### AIM OF THE TASK
From the data below, retype exactly the lines starting with the one that contains "v 25.018 1.458 0" and ending with the one that contains "v 25.265 -0.229 0", both included.

### DATA FOR THIS TASK
....
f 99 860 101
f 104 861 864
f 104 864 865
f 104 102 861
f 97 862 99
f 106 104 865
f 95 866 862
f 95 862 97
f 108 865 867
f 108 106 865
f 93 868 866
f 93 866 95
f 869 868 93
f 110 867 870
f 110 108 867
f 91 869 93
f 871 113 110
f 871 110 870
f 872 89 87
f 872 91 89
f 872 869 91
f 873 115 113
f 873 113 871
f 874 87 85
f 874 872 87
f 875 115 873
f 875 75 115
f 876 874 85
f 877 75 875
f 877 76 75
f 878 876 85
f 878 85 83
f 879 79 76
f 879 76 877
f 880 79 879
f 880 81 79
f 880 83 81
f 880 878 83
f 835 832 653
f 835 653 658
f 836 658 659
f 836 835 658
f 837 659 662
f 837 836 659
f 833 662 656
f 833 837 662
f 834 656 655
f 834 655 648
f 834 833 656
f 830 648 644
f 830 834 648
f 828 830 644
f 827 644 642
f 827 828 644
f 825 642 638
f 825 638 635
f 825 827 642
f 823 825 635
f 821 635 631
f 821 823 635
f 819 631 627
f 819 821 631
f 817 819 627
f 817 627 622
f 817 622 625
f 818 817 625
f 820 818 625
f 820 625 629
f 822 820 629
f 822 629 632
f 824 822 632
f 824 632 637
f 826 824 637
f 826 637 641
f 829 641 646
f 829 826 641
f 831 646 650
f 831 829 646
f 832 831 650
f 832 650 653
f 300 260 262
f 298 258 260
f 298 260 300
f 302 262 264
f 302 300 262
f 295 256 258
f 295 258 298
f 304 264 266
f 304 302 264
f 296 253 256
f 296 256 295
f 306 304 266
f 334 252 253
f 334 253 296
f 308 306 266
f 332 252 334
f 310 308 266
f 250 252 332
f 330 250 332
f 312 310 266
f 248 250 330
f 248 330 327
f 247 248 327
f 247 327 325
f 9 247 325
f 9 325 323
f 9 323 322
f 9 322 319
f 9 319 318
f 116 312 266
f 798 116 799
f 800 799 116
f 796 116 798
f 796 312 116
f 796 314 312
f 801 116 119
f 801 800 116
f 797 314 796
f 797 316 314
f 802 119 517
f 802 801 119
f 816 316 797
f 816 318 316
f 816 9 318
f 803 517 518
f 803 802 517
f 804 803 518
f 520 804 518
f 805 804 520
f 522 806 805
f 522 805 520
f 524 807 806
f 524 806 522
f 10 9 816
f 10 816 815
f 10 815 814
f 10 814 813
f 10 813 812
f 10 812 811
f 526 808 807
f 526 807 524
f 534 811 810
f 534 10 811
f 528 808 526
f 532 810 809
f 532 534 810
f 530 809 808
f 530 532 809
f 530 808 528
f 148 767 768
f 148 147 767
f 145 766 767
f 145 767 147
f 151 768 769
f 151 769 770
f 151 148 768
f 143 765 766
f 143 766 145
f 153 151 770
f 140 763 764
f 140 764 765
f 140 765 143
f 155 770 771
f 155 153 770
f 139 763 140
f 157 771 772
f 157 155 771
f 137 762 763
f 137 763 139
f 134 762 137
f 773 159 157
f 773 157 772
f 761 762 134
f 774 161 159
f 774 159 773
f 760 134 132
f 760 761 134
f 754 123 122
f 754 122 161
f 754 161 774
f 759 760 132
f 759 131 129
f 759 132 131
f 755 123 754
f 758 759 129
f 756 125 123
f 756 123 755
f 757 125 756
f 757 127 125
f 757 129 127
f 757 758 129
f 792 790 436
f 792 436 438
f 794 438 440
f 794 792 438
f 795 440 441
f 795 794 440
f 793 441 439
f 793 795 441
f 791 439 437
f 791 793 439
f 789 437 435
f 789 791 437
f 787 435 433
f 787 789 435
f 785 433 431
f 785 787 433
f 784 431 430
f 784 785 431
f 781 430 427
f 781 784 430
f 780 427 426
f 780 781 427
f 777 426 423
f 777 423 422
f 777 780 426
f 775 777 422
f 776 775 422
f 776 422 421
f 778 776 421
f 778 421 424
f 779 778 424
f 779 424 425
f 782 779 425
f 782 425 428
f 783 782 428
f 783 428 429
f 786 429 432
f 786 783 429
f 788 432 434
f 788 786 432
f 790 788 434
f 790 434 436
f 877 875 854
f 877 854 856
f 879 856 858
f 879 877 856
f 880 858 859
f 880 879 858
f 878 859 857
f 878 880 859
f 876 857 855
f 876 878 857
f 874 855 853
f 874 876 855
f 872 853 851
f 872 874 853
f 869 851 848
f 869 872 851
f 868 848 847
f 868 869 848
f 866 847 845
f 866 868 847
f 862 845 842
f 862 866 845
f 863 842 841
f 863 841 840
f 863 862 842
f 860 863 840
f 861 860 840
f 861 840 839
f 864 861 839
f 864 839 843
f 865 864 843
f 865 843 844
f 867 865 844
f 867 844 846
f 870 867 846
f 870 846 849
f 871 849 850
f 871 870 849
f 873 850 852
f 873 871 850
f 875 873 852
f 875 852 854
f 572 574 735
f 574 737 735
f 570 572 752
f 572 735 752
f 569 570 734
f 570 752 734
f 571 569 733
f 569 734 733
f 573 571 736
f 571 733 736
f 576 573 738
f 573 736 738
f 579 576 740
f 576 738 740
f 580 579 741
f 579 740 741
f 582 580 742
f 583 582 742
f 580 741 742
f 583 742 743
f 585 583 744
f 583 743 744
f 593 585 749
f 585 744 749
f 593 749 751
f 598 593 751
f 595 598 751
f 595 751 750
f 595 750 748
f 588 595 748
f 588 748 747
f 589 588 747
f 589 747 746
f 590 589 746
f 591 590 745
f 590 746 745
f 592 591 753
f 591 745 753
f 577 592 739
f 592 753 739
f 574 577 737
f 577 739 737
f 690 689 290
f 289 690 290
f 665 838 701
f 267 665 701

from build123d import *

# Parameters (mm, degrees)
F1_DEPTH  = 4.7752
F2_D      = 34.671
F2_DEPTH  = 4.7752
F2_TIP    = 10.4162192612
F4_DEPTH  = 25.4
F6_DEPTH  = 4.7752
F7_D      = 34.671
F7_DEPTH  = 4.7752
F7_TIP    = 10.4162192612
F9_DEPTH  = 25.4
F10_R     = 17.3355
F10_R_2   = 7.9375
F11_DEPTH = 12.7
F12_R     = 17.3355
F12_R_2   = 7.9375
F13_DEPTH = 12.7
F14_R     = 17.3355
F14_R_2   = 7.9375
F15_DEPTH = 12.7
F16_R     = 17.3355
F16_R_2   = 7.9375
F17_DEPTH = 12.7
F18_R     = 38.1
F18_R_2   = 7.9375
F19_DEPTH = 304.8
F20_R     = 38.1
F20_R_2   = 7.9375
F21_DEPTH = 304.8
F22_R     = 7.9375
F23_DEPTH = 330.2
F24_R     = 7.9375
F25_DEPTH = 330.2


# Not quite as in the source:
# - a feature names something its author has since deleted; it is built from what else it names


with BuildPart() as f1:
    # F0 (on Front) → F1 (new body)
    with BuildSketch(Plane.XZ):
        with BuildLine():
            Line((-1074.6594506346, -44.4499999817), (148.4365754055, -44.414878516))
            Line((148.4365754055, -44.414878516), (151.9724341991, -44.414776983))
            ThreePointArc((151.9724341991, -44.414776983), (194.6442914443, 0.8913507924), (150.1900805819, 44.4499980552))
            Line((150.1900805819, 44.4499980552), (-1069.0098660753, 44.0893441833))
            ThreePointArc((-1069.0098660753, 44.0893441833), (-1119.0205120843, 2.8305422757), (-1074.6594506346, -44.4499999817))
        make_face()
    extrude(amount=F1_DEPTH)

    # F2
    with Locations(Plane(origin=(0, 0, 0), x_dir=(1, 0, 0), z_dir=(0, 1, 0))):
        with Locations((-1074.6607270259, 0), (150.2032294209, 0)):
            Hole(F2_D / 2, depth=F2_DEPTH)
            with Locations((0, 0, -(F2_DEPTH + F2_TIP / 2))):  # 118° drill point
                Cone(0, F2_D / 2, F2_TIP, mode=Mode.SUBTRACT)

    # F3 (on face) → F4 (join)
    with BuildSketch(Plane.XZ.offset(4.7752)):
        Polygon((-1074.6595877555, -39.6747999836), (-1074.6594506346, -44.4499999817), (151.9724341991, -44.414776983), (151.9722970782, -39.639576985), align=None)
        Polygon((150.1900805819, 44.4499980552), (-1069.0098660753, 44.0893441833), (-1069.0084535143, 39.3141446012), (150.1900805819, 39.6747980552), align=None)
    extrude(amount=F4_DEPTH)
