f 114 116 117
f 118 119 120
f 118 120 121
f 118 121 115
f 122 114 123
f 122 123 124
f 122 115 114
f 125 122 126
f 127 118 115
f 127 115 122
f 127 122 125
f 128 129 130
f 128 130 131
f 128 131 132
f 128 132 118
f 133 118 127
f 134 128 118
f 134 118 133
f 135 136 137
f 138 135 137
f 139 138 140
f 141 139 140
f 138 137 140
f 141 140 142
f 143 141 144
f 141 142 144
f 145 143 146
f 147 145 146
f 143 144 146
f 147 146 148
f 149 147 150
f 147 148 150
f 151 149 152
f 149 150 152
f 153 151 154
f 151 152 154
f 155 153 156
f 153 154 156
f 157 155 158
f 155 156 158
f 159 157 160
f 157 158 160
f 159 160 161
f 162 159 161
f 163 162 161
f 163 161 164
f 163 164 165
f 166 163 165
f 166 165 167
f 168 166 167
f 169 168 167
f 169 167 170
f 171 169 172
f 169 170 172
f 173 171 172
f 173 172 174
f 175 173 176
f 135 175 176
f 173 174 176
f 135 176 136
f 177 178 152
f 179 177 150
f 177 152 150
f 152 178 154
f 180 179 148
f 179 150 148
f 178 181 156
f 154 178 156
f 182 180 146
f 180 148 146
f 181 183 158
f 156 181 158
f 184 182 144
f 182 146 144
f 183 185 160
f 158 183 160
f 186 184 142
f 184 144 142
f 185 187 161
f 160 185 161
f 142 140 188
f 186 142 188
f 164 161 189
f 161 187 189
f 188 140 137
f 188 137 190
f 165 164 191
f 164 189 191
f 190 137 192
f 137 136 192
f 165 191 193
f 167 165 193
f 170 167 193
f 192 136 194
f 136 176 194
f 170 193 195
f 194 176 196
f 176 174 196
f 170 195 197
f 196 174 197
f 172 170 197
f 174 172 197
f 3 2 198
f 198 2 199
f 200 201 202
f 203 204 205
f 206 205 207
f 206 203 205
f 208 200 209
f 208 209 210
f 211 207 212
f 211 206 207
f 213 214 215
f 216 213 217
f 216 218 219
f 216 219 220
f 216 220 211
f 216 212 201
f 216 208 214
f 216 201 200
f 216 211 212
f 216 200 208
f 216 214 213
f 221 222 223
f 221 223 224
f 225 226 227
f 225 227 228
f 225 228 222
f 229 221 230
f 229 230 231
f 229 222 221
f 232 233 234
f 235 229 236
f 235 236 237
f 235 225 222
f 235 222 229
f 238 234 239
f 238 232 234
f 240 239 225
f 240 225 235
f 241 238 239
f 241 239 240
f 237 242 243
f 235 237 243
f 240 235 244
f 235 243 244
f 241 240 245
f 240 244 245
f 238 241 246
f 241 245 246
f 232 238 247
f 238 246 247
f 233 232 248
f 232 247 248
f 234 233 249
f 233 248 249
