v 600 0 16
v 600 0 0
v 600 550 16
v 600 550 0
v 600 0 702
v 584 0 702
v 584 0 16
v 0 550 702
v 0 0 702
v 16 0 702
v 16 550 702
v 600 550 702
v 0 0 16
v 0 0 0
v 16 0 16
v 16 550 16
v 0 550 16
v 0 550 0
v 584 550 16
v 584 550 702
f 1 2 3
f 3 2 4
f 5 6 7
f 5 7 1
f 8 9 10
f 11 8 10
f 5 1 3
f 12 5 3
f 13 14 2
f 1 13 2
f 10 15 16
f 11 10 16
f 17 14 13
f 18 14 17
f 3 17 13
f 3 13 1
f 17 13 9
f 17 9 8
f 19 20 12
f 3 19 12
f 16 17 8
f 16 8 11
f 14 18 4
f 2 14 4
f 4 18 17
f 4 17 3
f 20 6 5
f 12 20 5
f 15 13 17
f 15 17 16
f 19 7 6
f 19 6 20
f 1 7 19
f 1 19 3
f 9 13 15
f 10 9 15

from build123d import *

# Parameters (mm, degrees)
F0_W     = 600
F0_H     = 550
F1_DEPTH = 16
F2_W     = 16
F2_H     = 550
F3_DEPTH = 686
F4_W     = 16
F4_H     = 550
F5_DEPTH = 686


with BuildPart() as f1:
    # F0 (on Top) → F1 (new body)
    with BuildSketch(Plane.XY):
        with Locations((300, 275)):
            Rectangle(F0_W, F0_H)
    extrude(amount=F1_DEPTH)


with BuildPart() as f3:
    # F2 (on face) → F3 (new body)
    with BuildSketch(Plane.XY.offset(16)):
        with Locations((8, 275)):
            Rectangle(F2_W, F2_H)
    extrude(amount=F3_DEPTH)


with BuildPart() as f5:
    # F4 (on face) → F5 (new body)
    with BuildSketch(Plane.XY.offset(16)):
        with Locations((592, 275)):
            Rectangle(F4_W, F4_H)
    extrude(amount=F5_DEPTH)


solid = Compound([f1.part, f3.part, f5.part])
....
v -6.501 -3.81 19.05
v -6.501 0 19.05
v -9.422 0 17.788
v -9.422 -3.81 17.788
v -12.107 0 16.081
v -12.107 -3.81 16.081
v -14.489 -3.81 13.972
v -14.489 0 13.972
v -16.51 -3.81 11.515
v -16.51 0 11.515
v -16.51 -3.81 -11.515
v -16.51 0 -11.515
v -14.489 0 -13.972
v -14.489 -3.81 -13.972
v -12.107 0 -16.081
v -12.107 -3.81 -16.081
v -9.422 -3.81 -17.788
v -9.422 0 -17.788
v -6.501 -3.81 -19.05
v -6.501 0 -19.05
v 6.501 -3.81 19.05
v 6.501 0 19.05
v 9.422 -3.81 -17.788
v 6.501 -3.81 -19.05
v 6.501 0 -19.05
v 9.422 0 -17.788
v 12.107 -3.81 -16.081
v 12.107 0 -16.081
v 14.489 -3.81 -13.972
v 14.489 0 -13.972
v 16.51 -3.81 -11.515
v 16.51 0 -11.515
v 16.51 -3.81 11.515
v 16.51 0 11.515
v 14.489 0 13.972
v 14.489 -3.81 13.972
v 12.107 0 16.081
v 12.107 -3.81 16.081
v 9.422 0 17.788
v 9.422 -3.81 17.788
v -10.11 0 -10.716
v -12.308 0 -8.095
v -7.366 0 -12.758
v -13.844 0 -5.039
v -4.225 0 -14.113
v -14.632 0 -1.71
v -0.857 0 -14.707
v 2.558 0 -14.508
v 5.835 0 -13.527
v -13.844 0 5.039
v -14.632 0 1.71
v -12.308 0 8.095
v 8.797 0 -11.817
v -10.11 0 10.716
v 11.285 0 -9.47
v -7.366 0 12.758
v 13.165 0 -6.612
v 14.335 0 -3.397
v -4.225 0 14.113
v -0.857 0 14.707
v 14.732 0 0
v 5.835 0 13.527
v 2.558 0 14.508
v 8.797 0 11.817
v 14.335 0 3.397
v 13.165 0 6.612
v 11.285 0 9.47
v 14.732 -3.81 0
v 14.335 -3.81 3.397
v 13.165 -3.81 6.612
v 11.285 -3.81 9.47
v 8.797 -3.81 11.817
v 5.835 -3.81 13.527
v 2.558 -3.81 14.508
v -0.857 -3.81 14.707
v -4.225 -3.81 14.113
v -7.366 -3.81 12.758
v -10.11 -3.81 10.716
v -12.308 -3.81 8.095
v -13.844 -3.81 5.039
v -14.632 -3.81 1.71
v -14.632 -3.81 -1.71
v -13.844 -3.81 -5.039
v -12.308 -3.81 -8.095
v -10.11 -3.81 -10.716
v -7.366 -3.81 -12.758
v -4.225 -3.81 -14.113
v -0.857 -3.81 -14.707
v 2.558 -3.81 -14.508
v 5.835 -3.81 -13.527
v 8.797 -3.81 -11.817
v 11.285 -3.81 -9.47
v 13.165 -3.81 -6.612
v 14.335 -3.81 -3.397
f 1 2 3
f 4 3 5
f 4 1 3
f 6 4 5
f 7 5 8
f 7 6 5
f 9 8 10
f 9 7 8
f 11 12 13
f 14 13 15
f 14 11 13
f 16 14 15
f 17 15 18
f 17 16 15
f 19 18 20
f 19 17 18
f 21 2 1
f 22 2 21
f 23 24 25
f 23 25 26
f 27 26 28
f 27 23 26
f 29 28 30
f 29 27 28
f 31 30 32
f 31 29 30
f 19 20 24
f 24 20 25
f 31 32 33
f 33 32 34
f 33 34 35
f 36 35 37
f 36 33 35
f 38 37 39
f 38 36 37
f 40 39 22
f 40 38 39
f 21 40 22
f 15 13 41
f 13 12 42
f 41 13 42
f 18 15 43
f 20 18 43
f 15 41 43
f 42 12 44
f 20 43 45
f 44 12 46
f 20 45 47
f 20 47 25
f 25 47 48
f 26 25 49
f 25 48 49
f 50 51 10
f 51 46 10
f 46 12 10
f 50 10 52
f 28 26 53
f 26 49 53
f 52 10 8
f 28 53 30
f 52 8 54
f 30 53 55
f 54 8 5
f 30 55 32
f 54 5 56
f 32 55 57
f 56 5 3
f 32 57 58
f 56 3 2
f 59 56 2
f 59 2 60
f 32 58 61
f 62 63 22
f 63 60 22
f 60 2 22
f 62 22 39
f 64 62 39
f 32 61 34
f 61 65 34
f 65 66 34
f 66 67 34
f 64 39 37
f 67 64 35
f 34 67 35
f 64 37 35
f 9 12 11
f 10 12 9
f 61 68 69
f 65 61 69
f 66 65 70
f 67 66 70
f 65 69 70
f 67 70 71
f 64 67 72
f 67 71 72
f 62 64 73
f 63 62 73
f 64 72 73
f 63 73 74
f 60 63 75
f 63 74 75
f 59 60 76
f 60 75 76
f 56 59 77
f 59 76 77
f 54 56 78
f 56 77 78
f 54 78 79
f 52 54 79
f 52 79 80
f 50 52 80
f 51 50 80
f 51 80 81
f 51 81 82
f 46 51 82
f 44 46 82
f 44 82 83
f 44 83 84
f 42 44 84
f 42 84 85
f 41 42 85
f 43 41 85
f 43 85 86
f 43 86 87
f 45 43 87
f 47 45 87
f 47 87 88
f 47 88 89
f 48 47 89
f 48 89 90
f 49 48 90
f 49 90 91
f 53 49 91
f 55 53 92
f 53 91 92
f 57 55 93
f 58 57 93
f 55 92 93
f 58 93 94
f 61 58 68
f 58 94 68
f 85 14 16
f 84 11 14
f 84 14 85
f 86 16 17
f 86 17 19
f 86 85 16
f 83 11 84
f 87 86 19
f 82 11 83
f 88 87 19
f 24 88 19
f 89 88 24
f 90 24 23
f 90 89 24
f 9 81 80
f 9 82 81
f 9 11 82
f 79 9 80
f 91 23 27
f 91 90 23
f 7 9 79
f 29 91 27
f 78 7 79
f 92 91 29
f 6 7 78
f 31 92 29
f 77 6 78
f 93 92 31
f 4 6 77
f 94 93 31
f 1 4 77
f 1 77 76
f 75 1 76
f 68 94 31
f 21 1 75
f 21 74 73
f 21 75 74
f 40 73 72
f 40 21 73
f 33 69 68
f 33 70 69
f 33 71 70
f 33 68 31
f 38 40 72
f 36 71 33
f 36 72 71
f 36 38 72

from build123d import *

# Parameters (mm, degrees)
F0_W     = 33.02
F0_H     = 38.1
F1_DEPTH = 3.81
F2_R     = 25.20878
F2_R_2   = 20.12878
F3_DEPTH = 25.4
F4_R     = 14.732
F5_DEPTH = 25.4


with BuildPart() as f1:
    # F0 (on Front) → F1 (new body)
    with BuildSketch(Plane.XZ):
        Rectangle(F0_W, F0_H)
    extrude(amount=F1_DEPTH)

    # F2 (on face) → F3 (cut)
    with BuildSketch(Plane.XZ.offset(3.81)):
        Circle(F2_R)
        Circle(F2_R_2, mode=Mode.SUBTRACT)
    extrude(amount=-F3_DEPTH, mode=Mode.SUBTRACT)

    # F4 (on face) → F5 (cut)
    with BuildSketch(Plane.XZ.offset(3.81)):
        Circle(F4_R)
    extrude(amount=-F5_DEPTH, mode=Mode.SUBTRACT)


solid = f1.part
....
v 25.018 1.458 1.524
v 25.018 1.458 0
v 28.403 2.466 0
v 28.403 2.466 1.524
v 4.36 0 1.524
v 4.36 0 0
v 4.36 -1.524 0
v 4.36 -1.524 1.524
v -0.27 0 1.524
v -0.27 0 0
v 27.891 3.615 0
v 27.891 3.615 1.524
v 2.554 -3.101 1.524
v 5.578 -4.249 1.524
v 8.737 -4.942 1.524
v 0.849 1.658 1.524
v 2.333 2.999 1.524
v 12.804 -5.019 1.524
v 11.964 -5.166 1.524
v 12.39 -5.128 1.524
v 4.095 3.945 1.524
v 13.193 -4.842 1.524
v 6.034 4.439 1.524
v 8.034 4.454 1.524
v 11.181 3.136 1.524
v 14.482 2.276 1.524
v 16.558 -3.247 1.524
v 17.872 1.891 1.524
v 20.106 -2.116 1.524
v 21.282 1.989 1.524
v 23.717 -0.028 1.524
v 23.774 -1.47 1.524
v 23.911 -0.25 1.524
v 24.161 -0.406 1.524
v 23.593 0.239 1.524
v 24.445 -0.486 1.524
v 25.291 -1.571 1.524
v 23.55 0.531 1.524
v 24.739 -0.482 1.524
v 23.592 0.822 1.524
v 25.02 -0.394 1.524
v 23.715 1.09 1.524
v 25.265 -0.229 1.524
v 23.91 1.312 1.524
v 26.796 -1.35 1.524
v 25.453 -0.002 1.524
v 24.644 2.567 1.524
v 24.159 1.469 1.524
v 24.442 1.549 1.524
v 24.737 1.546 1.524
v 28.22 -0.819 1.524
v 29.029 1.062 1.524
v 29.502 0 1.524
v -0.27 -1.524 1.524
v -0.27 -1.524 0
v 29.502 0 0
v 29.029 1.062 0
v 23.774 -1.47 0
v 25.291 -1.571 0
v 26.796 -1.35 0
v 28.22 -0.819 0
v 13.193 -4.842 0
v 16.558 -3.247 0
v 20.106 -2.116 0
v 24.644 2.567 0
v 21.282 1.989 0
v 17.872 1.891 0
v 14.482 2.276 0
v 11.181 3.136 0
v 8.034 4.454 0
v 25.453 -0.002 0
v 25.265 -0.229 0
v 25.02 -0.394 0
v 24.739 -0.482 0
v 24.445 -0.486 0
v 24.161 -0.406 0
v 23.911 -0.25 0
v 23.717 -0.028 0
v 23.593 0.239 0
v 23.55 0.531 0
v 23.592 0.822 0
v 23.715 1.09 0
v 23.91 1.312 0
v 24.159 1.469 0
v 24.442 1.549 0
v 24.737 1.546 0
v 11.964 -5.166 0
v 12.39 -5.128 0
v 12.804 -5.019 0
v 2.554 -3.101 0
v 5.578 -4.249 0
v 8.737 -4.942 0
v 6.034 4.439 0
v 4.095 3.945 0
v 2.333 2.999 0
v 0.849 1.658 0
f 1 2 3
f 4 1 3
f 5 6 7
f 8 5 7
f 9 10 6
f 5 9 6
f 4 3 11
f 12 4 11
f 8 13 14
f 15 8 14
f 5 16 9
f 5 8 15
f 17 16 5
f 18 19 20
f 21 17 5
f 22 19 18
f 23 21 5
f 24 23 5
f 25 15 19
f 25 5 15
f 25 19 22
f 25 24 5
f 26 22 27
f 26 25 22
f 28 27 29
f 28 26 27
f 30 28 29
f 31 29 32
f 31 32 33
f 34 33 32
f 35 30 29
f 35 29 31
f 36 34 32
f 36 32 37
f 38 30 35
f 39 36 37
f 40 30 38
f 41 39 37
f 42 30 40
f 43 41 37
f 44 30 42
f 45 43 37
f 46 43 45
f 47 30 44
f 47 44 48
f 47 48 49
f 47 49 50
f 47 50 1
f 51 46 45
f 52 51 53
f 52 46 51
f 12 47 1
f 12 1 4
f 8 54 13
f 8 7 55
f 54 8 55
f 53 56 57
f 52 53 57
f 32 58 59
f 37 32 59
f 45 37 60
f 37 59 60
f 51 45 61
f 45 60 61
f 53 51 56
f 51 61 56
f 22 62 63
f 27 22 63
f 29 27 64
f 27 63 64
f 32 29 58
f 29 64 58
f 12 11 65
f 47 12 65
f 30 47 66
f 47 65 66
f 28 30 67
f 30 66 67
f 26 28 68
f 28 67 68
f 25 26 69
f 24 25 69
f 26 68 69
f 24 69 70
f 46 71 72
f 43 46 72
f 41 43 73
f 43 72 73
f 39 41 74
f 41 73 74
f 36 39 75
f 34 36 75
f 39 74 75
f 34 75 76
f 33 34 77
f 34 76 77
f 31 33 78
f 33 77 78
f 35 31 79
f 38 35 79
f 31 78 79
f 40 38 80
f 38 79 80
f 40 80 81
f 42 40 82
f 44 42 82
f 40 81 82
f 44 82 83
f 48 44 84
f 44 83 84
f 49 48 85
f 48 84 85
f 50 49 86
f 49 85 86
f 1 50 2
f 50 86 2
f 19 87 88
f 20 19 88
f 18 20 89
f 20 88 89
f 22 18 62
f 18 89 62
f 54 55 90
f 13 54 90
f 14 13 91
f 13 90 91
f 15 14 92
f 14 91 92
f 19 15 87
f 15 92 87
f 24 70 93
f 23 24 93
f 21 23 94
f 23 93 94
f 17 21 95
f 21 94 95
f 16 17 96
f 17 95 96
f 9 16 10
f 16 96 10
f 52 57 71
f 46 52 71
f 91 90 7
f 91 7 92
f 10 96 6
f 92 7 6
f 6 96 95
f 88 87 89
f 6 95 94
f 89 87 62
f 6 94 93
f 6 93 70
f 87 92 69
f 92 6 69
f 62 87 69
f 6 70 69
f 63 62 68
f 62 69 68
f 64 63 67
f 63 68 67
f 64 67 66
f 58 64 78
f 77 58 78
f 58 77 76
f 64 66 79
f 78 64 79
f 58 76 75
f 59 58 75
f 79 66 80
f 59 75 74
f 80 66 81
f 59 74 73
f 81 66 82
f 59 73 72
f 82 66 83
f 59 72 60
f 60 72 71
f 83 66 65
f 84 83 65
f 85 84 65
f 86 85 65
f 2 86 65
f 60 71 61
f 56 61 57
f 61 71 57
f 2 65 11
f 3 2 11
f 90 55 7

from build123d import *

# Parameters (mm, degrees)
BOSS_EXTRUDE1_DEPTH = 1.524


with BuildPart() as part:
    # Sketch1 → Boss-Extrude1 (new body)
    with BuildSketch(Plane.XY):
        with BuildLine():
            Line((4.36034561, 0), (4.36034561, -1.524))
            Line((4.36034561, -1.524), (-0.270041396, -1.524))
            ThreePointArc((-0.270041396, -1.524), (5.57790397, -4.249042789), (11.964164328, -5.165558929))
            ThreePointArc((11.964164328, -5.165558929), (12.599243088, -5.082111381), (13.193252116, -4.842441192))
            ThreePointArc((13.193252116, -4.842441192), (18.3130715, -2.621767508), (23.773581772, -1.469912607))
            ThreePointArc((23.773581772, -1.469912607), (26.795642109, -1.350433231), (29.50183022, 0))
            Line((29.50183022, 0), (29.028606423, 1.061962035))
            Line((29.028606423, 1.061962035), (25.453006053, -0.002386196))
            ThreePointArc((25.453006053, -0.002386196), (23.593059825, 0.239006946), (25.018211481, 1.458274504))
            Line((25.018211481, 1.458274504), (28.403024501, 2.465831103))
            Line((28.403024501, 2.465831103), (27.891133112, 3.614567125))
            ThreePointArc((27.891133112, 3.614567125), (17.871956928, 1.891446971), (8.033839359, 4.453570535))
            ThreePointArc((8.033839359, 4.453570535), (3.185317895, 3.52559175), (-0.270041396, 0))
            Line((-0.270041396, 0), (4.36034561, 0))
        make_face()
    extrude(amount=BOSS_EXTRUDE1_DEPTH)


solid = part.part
....
### WRITTEN ANSWER
v 25.018 1.458 0
v 28.403 2.466 0
v 28.403 2.466 1.524
v 4.36 0 1.524
v 4.36 0 0
v 4.36 -1.524 0
v 4.36 -1.524 1.524
v -0.27 0 1.524
v -0.27 0 0
v 27.891 3.615 0
v 27.891 3.615 1.524
v 2.554 -3.101 1.524
v 5.578 -4.249 1.524
v 8.737 -4.942 1.524
v 0.849 1.658 1.524
v 2.333 2.999 1.524
v 12.804 -5.019 1.524
v 11.964 -5.166 1.524
v 12.39 -5.128 1.524
v 4.095 3.945 1.524
v 13.193 -4.842 1.524
v 6.034 4.439 1.524
v 8.034 4.454 1.524
v 11.181 3.136 1.524
v 14.482 2.276 1.524
v 16.558 -3.247 1.524
v 17.872 1.891 1.524
v 20.106 -2.116 1.524
v 21.282 1.989 1.524
v 23.717 -0.028 1.524
v 23.774 -1.47 1.524
v 23.911 -0.25 1.524
v 24.161 -0.406 1.524
v 23.593 0.239 1.524
v 24.445 -0.486 1.524
v 25.291 -1.571 1.524
v 23.55 0.531 1.524
v 24.739 -0.482 1.524
v 23.592 0.822 1.524
v 25.02 -0.394 1.524
v 23.715 1.09 1.524
v 25.265 -0.229 1.524
v 23.91 1.312 1.524
v 26.796 -1.35 1.524
v 25.453 -0.002 1.524
v 24.644 2.567 1.524
v 24.159 1.469 1.524
v 24.442 1.549 1.524
v 24.737 1.546 1.524
v 28.22 -0.819 1.524
v 29.029 1.062 1.524
v 29.502 0 1.524
v -0.27 -1.524 1.524
v -0.27 -1.524 0
v 29.502 0 0
v 29.029 1.062 0
v 23.774 -1.47 0
v 25.291 -1.571 0
v 26.796 -1.35 0
v 28.22 -0.819 0
v 13.193 -4.842 0
v 16.558 -3.247 0
v 20.106 -2.116 0
v 24.644 2.567 0
v 21.282 1.989 0
v 17.872 1.891 0
v 14.482 2.276 0
v 11.181 3.136 0
v 8.034 4.454 0
v 25.453 -0.002 0
v 25.265 -0.229 0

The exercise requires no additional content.